La voz del niño Minh Khoi (12 años, ciudad de Hanoi) resonó justo cuando su madre acababa de preparar la comida. En la mesa había un plato de pescado estofado, un plato de sopa de verduras y un plato de huevos al vapor, platos que la Sra. Hoai preparó después de un día de trabajo.
Khôi solo miró y luego negó con la cabeza, todavía sosteniendo el teléfono para ver el video de la hamburguesa que acababa de ver en internet.
La Sra. Nguyen Ha Hoai dijo que casi todas las cenas comienzan con una "negociación". A los niños les gusta la pizza, el pollo frito, las patatas fritas, y ella y su esposo solo esperan que toda la familia coma una comida caliente juntos.
Lo que me entristece no es que a mi hijo le guste la comida rápida, sino que la comida se está volviendo cada vez más sin risas", confesó.
La historia de la familia de la Sra. Hoai ya no es rara. Cuando los padres crecen con comidas sencillas pero llenas de reunión, los niños de hoy tienen innumerables opciones atractivas de aplicaciones de entrega de comidas y redes sociales.
La distancia en el gusto se convierte involuntariamente en la distancia entre generaciones.
De hecho, lo que los padres quieren no es simplemente que sus hijos coman todo el plato de arroz o el plato de pescado. Lo que quieren conservar es el tiempo que toda la familia se sienta junta, preguntándose cómo ha pasado un día.
Si cada persona come un plato, en un momento diferente, la comida perderá gradualmente su significado de conexión inherente.
En lugar de convertir la mesa de comedor en un "campo de batalla", los expertos animan a los padres a ser más flexibles en el menú.

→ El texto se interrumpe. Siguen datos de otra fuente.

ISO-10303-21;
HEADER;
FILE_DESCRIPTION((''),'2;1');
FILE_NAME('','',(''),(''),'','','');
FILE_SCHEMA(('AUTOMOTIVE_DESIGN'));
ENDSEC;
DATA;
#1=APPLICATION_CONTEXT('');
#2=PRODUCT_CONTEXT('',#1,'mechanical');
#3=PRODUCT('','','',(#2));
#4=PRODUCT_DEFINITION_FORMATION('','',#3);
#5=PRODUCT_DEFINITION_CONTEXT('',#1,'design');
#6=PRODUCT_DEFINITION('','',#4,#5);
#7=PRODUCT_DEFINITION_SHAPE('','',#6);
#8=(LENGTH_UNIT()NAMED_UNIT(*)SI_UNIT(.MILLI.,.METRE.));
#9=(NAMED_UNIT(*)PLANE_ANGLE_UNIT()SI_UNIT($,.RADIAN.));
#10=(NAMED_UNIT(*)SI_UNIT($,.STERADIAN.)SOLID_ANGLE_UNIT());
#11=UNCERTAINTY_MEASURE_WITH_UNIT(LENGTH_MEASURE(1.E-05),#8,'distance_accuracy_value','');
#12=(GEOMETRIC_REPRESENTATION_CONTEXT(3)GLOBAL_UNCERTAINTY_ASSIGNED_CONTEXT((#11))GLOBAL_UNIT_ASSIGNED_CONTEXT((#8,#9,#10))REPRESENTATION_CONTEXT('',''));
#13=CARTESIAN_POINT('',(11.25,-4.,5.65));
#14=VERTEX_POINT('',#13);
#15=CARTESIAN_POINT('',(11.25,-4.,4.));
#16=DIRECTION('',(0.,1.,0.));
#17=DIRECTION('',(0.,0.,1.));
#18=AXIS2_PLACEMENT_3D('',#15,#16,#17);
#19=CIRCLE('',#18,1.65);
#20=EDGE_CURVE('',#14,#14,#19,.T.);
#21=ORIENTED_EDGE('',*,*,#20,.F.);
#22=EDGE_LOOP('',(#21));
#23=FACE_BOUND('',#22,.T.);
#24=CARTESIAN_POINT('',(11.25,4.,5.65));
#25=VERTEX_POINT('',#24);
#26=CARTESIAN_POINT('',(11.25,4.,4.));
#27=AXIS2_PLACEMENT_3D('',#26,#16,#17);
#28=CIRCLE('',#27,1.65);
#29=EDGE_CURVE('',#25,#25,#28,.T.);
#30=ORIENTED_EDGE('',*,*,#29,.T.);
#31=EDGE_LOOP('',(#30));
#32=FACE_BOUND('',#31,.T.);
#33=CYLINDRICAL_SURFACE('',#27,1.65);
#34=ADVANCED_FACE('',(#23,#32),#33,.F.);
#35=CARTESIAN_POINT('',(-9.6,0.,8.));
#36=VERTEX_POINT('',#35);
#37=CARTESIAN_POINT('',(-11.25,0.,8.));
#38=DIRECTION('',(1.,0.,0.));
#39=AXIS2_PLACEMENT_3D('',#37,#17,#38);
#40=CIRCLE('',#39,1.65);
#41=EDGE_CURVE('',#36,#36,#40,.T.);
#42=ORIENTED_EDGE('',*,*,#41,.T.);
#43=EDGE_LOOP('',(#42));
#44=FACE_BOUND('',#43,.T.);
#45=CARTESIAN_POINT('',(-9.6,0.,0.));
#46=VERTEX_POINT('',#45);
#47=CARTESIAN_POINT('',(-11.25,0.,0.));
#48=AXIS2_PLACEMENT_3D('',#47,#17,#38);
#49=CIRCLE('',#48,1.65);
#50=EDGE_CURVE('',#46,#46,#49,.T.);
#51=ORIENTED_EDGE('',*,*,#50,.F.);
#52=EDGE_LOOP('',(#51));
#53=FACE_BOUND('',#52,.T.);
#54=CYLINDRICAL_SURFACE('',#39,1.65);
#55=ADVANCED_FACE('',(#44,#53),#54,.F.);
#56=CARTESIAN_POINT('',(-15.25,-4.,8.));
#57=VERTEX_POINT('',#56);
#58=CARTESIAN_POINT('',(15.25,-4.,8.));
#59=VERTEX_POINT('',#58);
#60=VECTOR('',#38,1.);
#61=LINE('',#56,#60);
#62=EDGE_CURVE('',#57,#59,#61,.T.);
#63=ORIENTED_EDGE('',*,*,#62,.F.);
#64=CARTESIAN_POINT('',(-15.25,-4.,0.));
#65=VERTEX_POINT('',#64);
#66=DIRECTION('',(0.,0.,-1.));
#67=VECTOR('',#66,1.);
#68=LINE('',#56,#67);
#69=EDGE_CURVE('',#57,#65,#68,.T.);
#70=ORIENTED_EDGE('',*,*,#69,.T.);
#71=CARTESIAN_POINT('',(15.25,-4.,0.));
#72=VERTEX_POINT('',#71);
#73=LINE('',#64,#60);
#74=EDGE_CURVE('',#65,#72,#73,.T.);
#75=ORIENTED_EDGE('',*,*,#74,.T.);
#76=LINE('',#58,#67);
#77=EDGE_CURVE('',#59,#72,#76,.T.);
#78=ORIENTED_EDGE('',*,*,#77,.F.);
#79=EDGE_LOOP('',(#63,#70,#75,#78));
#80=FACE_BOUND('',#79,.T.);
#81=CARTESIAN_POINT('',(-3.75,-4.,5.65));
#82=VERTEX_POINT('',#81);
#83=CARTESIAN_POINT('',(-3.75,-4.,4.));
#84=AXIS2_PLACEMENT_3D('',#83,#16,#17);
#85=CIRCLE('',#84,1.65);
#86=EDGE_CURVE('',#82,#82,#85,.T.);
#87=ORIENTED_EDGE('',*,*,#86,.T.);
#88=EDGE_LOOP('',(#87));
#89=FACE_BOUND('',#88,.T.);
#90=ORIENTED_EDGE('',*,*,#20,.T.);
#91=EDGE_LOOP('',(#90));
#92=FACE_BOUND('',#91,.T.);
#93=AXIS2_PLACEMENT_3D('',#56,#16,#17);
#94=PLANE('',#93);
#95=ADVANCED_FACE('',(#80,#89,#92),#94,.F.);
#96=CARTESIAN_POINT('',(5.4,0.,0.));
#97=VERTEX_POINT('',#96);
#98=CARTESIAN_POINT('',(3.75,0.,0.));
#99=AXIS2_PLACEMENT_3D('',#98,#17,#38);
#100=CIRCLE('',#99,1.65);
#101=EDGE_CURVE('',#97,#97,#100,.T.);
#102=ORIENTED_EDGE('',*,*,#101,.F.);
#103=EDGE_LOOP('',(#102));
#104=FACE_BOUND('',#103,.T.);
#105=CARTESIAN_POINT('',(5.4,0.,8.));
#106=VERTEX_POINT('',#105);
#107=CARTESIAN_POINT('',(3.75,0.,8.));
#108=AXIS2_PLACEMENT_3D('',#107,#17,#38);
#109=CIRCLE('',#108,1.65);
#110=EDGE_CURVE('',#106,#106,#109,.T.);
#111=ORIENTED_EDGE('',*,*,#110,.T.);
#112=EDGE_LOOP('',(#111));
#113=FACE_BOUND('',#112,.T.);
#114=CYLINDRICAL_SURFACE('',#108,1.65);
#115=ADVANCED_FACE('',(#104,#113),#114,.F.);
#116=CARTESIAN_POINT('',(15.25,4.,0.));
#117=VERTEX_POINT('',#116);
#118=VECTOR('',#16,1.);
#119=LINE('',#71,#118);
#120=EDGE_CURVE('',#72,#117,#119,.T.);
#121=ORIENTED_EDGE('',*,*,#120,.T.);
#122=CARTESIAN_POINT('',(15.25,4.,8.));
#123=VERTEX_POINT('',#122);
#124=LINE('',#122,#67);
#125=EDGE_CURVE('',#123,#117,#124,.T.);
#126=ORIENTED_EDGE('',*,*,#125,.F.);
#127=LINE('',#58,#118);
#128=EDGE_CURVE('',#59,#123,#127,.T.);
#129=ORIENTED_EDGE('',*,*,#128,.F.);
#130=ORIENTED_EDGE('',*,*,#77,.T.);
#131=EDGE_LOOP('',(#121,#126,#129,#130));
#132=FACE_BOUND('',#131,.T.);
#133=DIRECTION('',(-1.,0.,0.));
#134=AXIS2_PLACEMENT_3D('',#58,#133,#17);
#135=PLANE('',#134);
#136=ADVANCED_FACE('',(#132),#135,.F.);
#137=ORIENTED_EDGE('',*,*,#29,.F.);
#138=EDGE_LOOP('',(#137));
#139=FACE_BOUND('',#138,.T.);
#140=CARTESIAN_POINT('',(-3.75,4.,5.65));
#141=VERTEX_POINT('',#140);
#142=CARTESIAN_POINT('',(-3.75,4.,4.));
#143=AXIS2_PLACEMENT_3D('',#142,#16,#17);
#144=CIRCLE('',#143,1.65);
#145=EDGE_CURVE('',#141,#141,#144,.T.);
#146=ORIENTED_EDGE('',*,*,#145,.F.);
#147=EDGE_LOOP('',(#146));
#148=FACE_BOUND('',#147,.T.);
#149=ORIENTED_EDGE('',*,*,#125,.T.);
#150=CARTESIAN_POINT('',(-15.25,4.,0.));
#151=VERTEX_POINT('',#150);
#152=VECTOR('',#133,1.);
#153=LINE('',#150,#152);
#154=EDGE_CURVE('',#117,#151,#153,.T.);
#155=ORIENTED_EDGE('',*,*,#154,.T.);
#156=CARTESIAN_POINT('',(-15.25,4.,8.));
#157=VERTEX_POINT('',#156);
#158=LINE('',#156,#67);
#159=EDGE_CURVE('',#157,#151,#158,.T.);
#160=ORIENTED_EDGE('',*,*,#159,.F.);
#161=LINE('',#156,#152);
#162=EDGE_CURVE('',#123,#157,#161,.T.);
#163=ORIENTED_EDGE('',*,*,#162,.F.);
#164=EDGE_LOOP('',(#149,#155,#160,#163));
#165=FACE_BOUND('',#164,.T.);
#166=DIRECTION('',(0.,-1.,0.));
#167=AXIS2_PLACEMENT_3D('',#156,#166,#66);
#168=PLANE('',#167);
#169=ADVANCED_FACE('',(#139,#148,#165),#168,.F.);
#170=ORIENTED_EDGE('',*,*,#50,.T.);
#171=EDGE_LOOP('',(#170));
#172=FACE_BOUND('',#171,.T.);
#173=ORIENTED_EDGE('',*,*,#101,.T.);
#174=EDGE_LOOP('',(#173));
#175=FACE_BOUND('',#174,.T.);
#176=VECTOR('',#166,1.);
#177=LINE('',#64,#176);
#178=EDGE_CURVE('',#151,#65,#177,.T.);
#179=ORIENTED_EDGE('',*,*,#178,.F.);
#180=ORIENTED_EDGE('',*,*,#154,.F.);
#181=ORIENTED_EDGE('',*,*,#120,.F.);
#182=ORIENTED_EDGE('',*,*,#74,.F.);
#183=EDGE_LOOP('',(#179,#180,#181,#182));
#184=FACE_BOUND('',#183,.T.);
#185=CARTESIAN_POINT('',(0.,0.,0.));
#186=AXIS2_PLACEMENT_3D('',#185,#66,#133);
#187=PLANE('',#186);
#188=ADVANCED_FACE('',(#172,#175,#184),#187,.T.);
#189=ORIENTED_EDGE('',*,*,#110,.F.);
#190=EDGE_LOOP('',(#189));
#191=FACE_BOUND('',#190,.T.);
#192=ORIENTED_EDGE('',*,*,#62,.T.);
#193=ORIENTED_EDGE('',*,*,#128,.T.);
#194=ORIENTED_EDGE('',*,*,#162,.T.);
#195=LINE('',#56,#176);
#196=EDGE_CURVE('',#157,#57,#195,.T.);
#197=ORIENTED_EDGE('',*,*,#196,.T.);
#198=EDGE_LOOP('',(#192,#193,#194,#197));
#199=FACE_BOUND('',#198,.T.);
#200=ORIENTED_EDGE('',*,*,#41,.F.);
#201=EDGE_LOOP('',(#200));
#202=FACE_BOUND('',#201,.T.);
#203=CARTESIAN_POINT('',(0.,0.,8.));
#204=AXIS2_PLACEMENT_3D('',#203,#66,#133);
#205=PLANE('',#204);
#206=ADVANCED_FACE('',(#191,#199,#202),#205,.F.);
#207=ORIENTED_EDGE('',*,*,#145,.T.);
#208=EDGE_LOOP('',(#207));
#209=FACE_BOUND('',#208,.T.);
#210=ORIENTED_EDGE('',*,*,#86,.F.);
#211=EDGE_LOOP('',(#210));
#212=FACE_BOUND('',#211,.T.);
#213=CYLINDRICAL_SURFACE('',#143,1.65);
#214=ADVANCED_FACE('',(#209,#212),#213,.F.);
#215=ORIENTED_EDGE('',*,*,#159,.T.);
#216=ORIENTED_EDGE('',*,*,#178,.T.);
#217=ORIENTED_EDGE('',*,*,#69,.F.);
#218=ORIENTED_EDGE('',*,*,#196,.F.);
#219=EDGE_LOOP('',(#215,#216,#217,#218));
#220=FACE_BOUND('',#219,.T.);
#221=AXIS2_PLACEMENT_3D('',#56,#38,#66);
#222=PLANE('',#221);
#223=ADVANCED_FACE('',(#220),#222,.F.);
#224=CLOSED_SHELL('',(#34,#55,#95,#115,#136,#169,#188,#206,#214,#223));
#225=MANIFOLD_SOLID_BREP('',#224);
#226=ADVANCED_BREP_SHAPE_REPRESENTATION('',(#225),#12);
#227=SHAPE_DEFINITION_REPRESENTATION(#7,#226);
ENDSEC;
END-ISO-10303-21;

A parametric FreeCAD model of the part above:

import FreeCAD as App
import Part
import Sketcher
Q = App.Units.Quantity

doc = App.newDocument("Part")
body = doc.addObject("PartDesign::Body", "Body")

sketch1 = body.newObject("Sketcher::SketchObject", "Sketch")
sketch1.AttachmentSupport = (doc.getObject("XY_Plane"), [""])
sketch1.MapMode = "FlatFace"
sketch1.addGeometry([
    Part.LineSegment(App.Vector(-15, 4, 0), App.Vector(-15, -4, 0)),
    Part.LineSegment(App.Vector(-15, -4, 0), App.Vector(15, -4, 0)),
    Part.LineSegment(App.Vector(15, -4, 0), App.Vector(15, 4, 0)),
    Part.LineSegment(App.Vector(15, 4, 0), App.Vector(-15, 4, 0)),
], False)
sketch1.addConstraint([
    Sketcher.Constraint("Coincident", 0, 2, 1, 1),
    Sketcher.Constraint("Coincident", 1, 2, 2, 1),
    Sketcher.Constraint("Coincident", 2, 2, 3, 1),
    Sketcher.Constraint("Coincident", 3, 2, 0, 1),
    Sketcher.Constraint("Vertical", 0),
    Sketcher.Constraint("Horizontal", 1),
    Sketcher.Constraint("Vertical", 2),
    Sketcher.Constraint("Horizontal", 3),
    Sketcher.Constraint("Symmetric", 0, 2, 2, 2, -1, 1),
    Sketcher.Constraint("DistanceY", 0, 2, 0, 1, Q("8 mm")),
    Sketcher.Constraint("DistanceX", 1, 1, 1, 2, Q("30.5 mm")),
])
pad1 = body.newObject("PartDesign::Pad", "Pad")
pad1.Profile = sketch1
pad1.Length = 8

sketch2 = body.newObject("Sketcher::SketchObject", "Sketch001")
sketch2.AttachmentSupport = (doc.getObject("XY_Plane"), [""])
sketch2.MapMode = "FlatFace"
sketch2.AttachmentOffset = App.Placement(App.Vector(0, 0, 8), App.Rotation())
sketch2.addGeometry([
    Part.Circle(App.Vector(3.8, 0, 0), App.Vector(0, 0, 1), 1.6),
    Part.Circle(App.Vector(-11.2, 0, 0), App.Vector(0, 0, 1), 1.6),
], False)
sketch2.addConstraint([
    Sketcher.Constraint("Equal", 0, 1),
    Sketcher.Constraint("PointOnObject", 0, 3, -1),
    Sketcher.Constraint("PointOnObject", 1, 3, -1),
    Sketcher.Constraint("Diameter", 0, Q("3.3 mm")),
    Sketcher.Constraint("DistanceX", 1, 3, 0, 3, Q("15 mm")),
    Sketcher.Constraint("DistanceX", -1, 1, 0, 3, Q("3.75 mm")),
])
doc.recompute()
hole = body.newObject("PartDesign::Hole", "Hole")
hole.Profile = sketch2
hole.ThreadType = "None"
hole.Diameter = 3.3
hole.DepthType = "ThroughAll"

sketch3 = body.newObject("Sketcher::SketchObject", "Sketch002")
sketch3.AttachmentSupport = (doc.getObject("XZ_Plane"), [""])
sketch3.MapMode = "FlatFace"
sketch3.AttachmentOffset = App.Placement(App.Vector(0, 0, -4), App.Rotation())
sketch3.addGeometry([
    Part.Circle(App.Vector(-3.8, 4, 0), App.Vector(0, 0, 1), 1.6),
    Part.Circle(App.Vector(11.2, 4, 0), App.Vector(0, 0, 1), 1.6),
], False)
sketch3.addConstraint([
    Sketcher.Constraint("Equal", 0, 1),
    Sketcher.Constraint("Horizontal", 0, 3, 1, 3),
    Sketcher.Constraint("Diameter", 0, Q("3.3 mm")),
    Sketcher.Constraint("DistanceY", -1, 1, 0, 3, Q("4 mm")),
    Sketcher.Constraint("DistanceX", 0, 3, 1, 3, Q("15 mm")),
    Sketcher.Constraint("DistanceX", 0, 3, -1, 1, Q("3.75 mm")),
])
doc.recompute()
hole2 = body.newObject("PartDesign::Hole", "Hole001")
hole2.Profile = sketch3
hole2.ThreadType = "None"
hole2.Diameter = 3.3
hole2.DepthType = "ThroughAll"
hole2.Reversed = True

doc.recompute()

Los fines de semana puedes hacer hamburguesas y pizzas con tu hijo en casa con muchas verduras, mientras que en otros días sigues manteniendo los platos tradicionales pero cambiando la forma de prepararlos para que sean más atractivos. Lo más importante es crear un ambiente alegre, sin obligar ni reprender.
La comida familiar nunca es solo una historia de comida. Ya sea pescado estofado o pollo frito en la mesa, lo más valioso sigue siendo la presencia de sus seres queridos.
Porque más tarde, lo que más recuerdan los niños probablemente no sea el sabor de la comida, sino la sensación de que siempre hay una bandeja de comida y una familia esperando su regreso.